Anhang anzeigen Communication Protocol EMM IM147-U v0.92.pdf



Mit freundlichen Grüßen


----------



## Oberchefe (20 Juni 2012)

Anwendungshinweise schon gelesen?


----------



## Zip (21 Juni 2012)

Natürlich habe ich diese schon gelesen, aber ich bin ein modbus neuling und habe die ganze protokollierung noch nicht verstanden.

ich bekomme zwar irgendwelche werte doch kann ich mit diesen nichtsd vernünftiges anfangen.

will ich z.b. die spannung aus meinem zähler auslesen

SlaveAddresse:=01
FunctionCode:=03
StartAddresse:=4096
NumberOfPoints:=2

Die Anderen Kommunikationsparameter wie Baudrate usw. hab ich schon x mal kontrolliert, bin schon fast am durchdrehen


----------



## S-Core (4 Juli 2012)

Hallo Zip,


unten aufgeführte Beispiele sind bekannt und die Verdrahtung ist nach halbduplex (2 wire)  und fullduplex (4 wire) ausgeführt und 
auch so an der Klemme eingestellt.Solltes Du eine reine 653 haben, so ist nut 4 wire möglich.
Da deine Datenstrecke nicht sauber funktioniert empfehle ich für die weiter Suche, die Tools
Modbus Slave und Modbus Poll.(demo)





http://www.wago.com/wagoweb/documentation/app_note/a1026/a102604d.htm
http://www.wago.com/wagoweb/documentation/app_note/a1026/a102605d.htm


----------



## Babylonkiller (8 Juli 2012)

Wichtig ist das du den Baustein MODBUS_EXTENDED_MASTER_RTU benutzt, der Baustein gibt dir die Response Daten als WORD aus. Wenn du den Baustein MODBUS_MASTER_RTU benutzt bekommst du immer nur Bytes, egal ob du die Response Daten als WORD oder BYTE anlegst. Denke daran das du nur Maximal 125 Wörter auslesen kannst.

Anbei ein Beispiel.


----------



## Exesor (24 Oktober 2012)

Hallo,
hast du mittlerweile ne Lösung gefunden? Habe nämlich das gleiche Problem. Ich habe jetzt schon mehre Sachen ausprobiert und bekomme es einfach nicht hin nen Wert auszulesen ... Die Anwendungsbeispiele bekomme ich auch nicht zum laufen.


----------



## Babylonkiller (26 Oktober 2012)

*Wichtig*

Hallo Exesor,

 Wichtig ist erstmal das du eine Kommunikation zwischen deinen Slave und der 750-652 karte hast. Also erstmal die Karte Konfigurieren. Alle Einstellungen müssen mit dem Slave übereinstimmen.

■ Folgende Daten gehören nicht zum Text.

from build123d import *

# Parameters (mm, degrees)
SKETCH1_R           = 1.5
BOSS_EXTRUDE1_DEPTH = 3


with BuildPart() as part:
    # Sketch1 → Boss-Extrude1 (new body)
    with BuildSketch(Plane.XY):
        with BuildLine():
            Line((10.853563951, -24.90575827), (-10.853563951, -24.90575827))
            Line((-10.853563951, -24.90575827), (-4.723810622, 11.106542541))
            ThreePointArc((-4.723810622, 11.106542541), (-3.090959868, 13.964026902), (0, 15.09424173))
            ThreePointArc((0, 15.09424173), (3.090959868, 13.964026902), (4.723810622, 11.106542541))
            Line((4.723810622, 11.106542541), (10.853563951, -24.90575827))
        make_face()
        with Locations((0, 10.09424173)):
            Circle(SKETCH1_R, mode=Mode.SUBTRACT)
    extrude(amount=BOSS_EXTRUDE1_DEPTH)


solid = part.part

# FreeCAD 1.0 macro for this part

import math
import FreeCAD as App
import Part
import Sketcher
Q = App.Units.Quantity

doc = App.newDocument("Part")
body = doc.addObject("PartDesign::Body", "Body")

sketch1 = body.newObject("Sketcher::SketchObject", "Sketch")
sketch1.AttachmentSupport = (doc.getObject("XY_Plane"), [""])
sketch1.MapMode = "FlatFace"
sketch1.addGeometry(Part.LineSegment(App.Vector(-10.9, -24.9, 0), App.Vector(10.9, -24.9, 0)), False)
sketch1.addGeometry(Part.LineSegment(App.Vector(10.9, -24.9, 0), App.Vector(4.7, 11.1, 0)), False)
sketch1.addGeometry(Part.ArcOfCircle(Part.Circle(App.Vector(0, 10.3, 0), App.Vector(0, 0, 1), 4.8), math.radians(10), math.radians(90)), False)
sketch1.addGeometry(Part.ArcOfCircle(Part.Circle(App.Vector(0, 10.3, 0), App.Vector(0, 0, 1), 4.8), math.radians(90), math.radians(170)), False)
sketch1.addGeometry(Part.LineSegment(App.Vector(-4.7, 11.1, 0), App.Vector(-10.9, -24.9, 0)), False)
sketch1.addGeometry(Part.Circle(App.Vector(0, 10.1, 0), App.Vector(0, 0, 1), 1.5), False)
sketch1.addConstraint(Sketcher.Constraint("Coincident", 0, 2, 1, 1))
sketch1.addConstraint(Sketcher.Constraint("Tangent", 1, 2, 2, 1))
sketch1.addConstraint(Sketcher.Constraint("Tangent", 2, 2, 3, 1))
sketch1.addConstraint(Sketcher.Constraint("Tangent", 3, 2, 4, 1))
sketch1.addConstraint(Sketcher.Constraint("Coincident", 4, 2, 0, 1))
sketch1.addConstraint(Sketcher.Constraint("Horizontal", 0))
sketch1.addConstraint(Sketcher.Constraint("Equal", 2, 3))
sketch1.addConstraint(Sketcher.Constraint("Symmetric", 1, 2, 3, 2, -2))
sketch1.addConstraint(Sketcher.Constraint("PointOnObject", 5, 3, -2))
sketch1.addConstraint(Sketcher.Constraint("PointOnObject", 2, 2, -2))
sketch1.addConstraint(Sketcher.Constraint("Diameter", 5, Q("3 mm")))
sketch1.addConstraint(Sketcher.Constraint("DistanceY", 0, 2, 5, 3, Q("35 mm")))
sketch1.addConstraint(Sketcher.Constraint("DistanceY", 5, 3, 2, 2, Q("5 mm")))
sketch1.addConstraint(Sketcher.Constraint("Radius", 2, Q("4.791752 mm")))
sketch1.addConstraint(Sketcher.Constraint("DistanceY", 5, 3, 1, 2, Q("1.012301 mm")))
sketch1.addConstraint(Sketcher.Constraint("DistanceY", -1, 1, 2, 3, Q("10.30249 mm")))
pad1 = body.newObject("PartDesign::Pad", "Pad")
pad1.Profile = sketch1
pad1.Length = 3

doc.recompute()
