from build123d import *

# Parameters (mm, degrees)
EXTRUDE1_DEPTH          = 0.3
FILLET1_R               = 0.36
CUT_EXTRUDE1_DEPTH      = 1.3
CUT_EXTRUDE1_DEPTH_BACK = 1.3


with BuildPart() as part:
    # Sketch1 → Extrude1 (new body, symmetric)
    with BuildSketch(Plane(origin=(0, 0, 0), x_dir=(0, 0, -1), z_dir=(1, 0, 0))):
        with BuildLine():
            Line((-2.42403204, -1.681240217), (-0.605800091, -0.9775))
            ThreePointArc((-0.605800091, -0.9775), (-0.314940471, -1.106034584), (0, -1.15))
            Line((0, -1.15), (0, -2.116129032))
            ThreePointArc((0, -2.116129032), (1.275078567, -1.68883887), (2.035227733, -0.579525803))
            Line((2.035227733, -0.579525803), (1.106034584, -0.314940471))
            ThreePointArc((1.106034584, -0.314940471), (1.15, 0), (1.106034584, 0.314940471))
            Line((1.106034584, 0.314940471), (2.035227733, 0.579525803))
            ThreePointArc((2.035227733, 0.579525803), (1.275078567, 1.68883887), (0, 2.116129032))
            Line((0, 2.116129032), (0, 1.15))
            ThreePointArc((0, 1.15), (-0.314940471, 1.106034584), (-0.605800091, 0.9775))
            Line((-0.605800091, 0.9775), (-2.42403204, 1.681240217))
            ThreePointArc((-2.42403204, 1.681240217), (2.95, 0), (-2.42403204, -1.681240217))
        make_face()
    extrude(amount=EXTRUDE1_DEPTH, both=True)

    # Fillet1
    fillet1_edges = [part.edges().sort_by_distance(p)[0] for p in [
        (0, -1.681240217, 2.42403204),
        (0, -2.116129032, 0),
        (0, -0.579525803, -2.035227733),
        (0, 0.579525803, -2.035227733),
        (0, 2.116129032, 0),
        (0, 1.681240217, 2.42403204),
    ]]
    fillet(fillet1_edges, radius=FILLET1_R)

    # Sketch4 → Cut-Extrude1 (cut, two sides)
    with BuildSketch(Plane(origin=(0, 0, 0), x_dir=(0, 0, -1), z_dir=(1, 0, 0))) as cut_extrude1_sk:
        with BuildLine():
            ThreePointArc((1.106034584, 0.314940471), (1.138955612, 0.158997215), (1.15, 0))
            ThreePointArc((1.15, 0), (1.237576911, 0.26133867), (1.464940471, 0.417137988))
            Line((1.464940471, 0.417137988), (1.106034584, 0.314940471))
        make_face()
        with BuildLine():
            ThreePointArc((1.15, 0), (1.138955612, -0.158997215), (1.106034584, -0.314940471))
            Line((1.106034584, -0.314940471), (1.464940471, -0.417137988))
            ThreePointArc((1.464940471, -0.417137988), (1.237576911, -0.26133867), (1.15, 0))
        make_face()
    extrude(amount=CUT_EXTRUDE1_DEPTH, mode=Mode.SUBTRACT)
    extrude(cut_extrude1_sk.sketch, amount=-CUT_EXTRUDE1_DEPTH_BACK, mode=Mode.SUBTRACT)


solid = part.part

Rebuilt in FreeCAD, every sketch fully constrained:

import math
import FreeCAD as App
import Part
import Sketcher

V = App.Vector


def edges_at(feature, points):
    """Names of the edges that pass closest to the given points."""
    edges = feature.Shape.Edges
    near = lambda p: min(range(len(edges)), key=lambda i: edges[i].distToShape(Part.Vertex(*p))[0])
    return sorted({f"Edge{near(p) + 1}" for p in points})

doc = App.newDocument("Part")
params = doc.addObject("Spreadsheet::Sheet", "Params")
for row, (alias, value) in enumerate([
    ("sketch1_radius", "2.95 mm"),
    ("sketch1_radius2", "1.15 mm"),
    ("pad1_length", "0.6 mm"),
    ("fillet_radius", "0.36 mm"),
    ("sketch2_radius", "1.15 mm"),
], start=1):
    params.set(f"A{row}", alias)
    params.set(f"B{row}", "=" + value)
    params.setAlias(f"B{row}", alias)

body = doc.addObject("PartDesign::Body", "Body")

sketch1 = body.newObject("Sketcher::SketchObject", "Sketch")
sketch1.AttachmentSupport = (doc.getObject("YZ_Plane"), [""])
sketch1.MapMode = "FlatFace"
sketch1.addGeometry([
    Part.LineSegment(V(-1, 0.6, 0), V(-1.7, 2.4, 0)),
    Part.ArcOfCircle(Part.Circle(V(0, 0, 0), V(0, 0, 1), 3), math.radians(125), math.radians(415)),
    Part.LineSegment(V(1.7, 2.4, 0), V(1, 0.6, 0)),
    Part.ArcOfCircle(Part.Circle(V(0, 0, 0), V(0, 0, 1), 1.1), math.radians(0), math.radians(32)),
    Part.LineSegment(V(1.1, 0, 0), V(2.1, 0, 0)),
    Part.ArcOfCircle(Part.Circle(V(0, 0, 0), V(0, 0, 1), 2.1), math.radians(-74), math.radians(0)),
    Part.LineSegment(V(0.6, -2, 0), V(0.3, -1.1, 0)),
    Part.ArcOfCircle(Part.Circle(V(0, 0, 0), V(0, 0, 1), 1.2), math.radians(-106), math.radians(-74)),
    Part.LineSegment(V(-0.3, -1.1, 0), V(-0.6, -2, 0)),
    Part.ArcOfCircle(Part.Circle(V(0, 0, 0), V(0, 0, 1), 2.1), math.radians(180), math.radians(254)),
    Part.LineSegment(V(-2.1, 0, 0), V(-1.1, 0, 0)),
    Part.ArcOfCircle(Part.Circle(V(0, 0, 0), V(0, 0, 1), 1.1), math.radians(148), math.radians(180)),
], False)
sketch1.addConstraint([
    Sketcher.Constraint("Coincident", 0, 2, 1, 1),
    Sketcher.Constraint("Coincident", 1, 2, 2, 1),
    Sketcher.Constraint("Coincident", 2, 2, 3, 2),
    Sketcher.Constraint("Coincident", 3, 1, 4, 1),
    Sketcher.Constraint("Coincident", 4, 2, 5, 2),
    Sketcher.Constraint("Coincident", 5, 1, 6, 1),
    Sketcher.Constraint("Coincident", 6, 2, 7, 2),
    Sketcher.Constraint("Coincident", 7, 1, 8, 1),
    Sketcher.Constraint("Coincident", 8, 2, 9, 2),
    Sketcher.Constraint("Coincident", 9, 1, 10, 1),
    Sketcher.Constraint("Coincident", 10, 2, 11, 2),
    Sketcher.Constraint("Coincident", 11, 1, 0, 1),
    Sketcher.Constraint("Horizontal", 4),
    Sketcher.Constraint("Horizontal", 10),
    Sketcher.Constraint("Coincident", 1, 3, -1, 1),
    Sketcher.Constraint("Coincident", 3, 3, -1, 1),
    Sketcher.Constraint("Coincident", 5, 3, -1, 1),
    Sketcher.Constraint("Coincident", 7, 3, -1, 1),
    Sketcher.Constraint("Coincident", 9, 3, -1, 1),
    Sketcher.Constraint("Coincident", 11, 3, -1, 1),
    Sketcher.Constraint("Equal", 3, 7),
    Sketcher.Constraint("Equal", 5, 9),
    Sketcher.Constraint("Equal", 7, 11),
    Sketcher.Constraint("PointOnObject", 3, 1, -1),
    Sketcher.Constraint("PointOnObject", 9, 1, -1),
    Sketcher.Constraint("Horizontal", 0, 2, 1, 2),
    Sketcher.Constraint("Horizontal", 6, 2, 7, 1),
    Sketcher.Constraint("Horizontal", 5, 1, 8, 2),
    Sketcher.Constraint("Horizontal", 2, 2, 11, 1),
    Sketcher.Constraint("Radius", 1, 2.95),
    Sketcher.Constraint("Radius", 3, 1.15),
    Sketcher.Constraint("Radius", 5, 2.116129),
    Sketcher.Constraint("DistanceX", -1, 1, 2, 2, 0.9775),
    Sketcher.Constraint("Distance", 0, 1.949671),
    Sketcher.Constraint("DistanceX", -1, 1, 6, 2, 0.31494),
    Sketcher.Constraint("DistanceX", 8, 2, 5, 1, 1.159052),
])
sketch1.setExpression("Constraints[29]", "Params.sketch1_radius")
sketch1.setExpression("Constraints[30]", "Params.sketch1_radius2")
pad1 = body.newObject("PartDesign::Pad", "Pad")
pad1.Profile = sketch1
pad1.setExpression("Length", "Params.pad1_length")
pad1.Midplane = True
doc.recompute()

fillet = body.newObject("PartDesign::Fillet", "Fillet")
fillet.Base = (pad1, edges_at(pad1, [
    (0, -1.681, 2.424),
    (0, -2.116, 0),
    (0, -0.58, -2.035),
    (0, 0.58, -2.035),
    (0, 2.116, 0),
    (0, 1.681, 2.424),
]))
fillet.setExpression("Radius", "Params.fillet_radius")

sketch2 = body.newObject("Sketcher::SketchObject", "Sketch001")
sketch2.AttachmentSupport = (doc.getObject("YZ_Plane"), [""])
sketch2.MapMode = "FlatFace"
sketch2.addGeometry([
    Part.ArcOfCircle(Part.Circle(V(0, 0, 0), V(0, 0, 1), 1.15), math.radians(-90), math.radians(-74.11)),
    Part.ArcOfCircle(Part.Circle(V(0, -1.58, 0), V(0, 0, 1), 0.43), math.radians(16), math.radians(90)),
    Part.LineSegment(V(0.42, -1.46, 0), V(0.31, -1.11, 0)),
    Part.ArcOfCircle(Part.Circle(V(0, 0, 0), V(0, 0, 1), 1.15), math.radians(-105.89), math.radians(-90)),
    Part.LineSegment(V(-0.31, -1.11, 0), V(-0.42, -1.46, 0)),
    Part.ArcOfCircle(Part.Circle(V(0, -1.58, 0), V(0, 0, 1), 0.43), math.radians(90), math.radians(164)),
], False)
sketch2.addConstraint([
    Sketcher.Constraint("Tangent", 0, 1, 1, 2),
    Sketcher.Constraint("Tangent", 1, 1, 2, 1),
    Sketcher.Constraint("Coincident", 2, 2, 0, 2),
    Sketcher.Constraint("Coincident", 3, 1, 4, 1),
    Sketcher.Constraint("Tangent", 4, 2, 5, 2),
    Sketcher.Constraint("Tangent", 5, 1, 3, 2),
    Sketcher.Constraint("Coincident", 0, 3, -1, 1),
    Sketcher.Constraint("Coincident", 3, 3, -1, 1),
    Sketcher.Constraint("Coincident", 5, 3, 1, 3),
    Sketcher.Constraint("Equal", 0, 3),
    Sketcher.Constraint("Symmetric", 1, 1, 4, 2, -2),
    Sketcher.Constraint("Radius", 0, 1.15),
    Sketcher.Constraint("Radius", 1, 0.433719),
    Sketcher.Constraint("DistanceY", 1, 1, -1, 1, 1.46494),
])
sketch2.setExpression("Constraints[11]", "Params.sketch2_radius")
pocket1 = body.newObject("PartDesign::Pocket", "Pocket")
pocket1.Profile = sketch2
pocket1.Type = "ThroughAll"
pocket1.Midplane = True

doc.recompute()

 1.WAGO-IO-Check 3>auf die Karte Klicken
 2.BAUDRATE, PARITY, STOPBITS,  BYTESIZE, FLOW_CONTROL (Alles genauso einstellen wie auch der Slave eingestellt ist)
 3.Baustein MODBUS_EXTENDED_MASTER_RTU auch identisch wie die Karte  Parametrieren.
 4.Slave-Adresse, Funktion, Register, und Register Länge and die Struktur deiner Instanz übergeben. Mit MOVE zum Beispiel

 ExtQuery  typModbusExte
 ndedQuery
 TYPE typModbusExtendedQuery :
   STRUCT
      SlaveAddress    :   BYTE;
      FunctionCode   :   BYTE;
      Read_StartAddress   :   UINT;  (Register das Geschrieben oder gelesen werden soll.
      Read_Quantity  :   UINT; (Reigister Länge z.b 2)
      Write_StartAddress   :   UINT;
      Write_Quantity  :   UINT;
      Write_Data    :  ARRAY[0..124]  
        OF WORD;
   END_STRUCT
 END_TYPE

 5.an dem Eingang Startfunktion einen Blinker basteln.
 6. Sollte kein Fehler in der Instanz Struktur
 MB_Error  enumMB_ERR
 OR
 Fehlercode
 TYPE enumMB_ERROR 

    MB_NO_ERROR          := 16#00,
    MB_NOT_SUPPORTED_FUNCTION := 16#01,
     MB_ILLEGAL_DATA          := 16#03,
     MB_EXTENDED_SLAVE_ERROR    := 16#90,
     MB_NOT_ALLOWED_BROADCAST := 16#95,  
     MB_CRC_ERROR           := 16#96,

     MB_ILLEGAL_NUMBER_OF_POINTS := 16#97,
     MB_OVERRUN            := 16#98,
     MB_TIME_OUT            := 16#99
   );
 END_TYPE
  sein dann bekommst du in der Instanz Struktur Response

 Response  typModbusRes
 ponse
 TYPE typModbusResponse :
  STRUCT
     Error    :  WORD;
      SlaveAddress  :  BYTE;
      FunctionCode :  BYTE;
      StartAddress  :  UINT;
      Quantity  :  UINT;
      Data    :  ARRAY[0..124]                  
                                            OF WORD;  
  END_STRUCT
 END_TYPE
  unter Data deine Werte vom Slave.
 7. Solltest du mehrere Register Lesen oder Schreiben und die Maxanzahl der Wörter reicht nicht aus dann musst du dir eine Schleife Basteln die bei jeder Antwort zum Nächsten Register Wechselt.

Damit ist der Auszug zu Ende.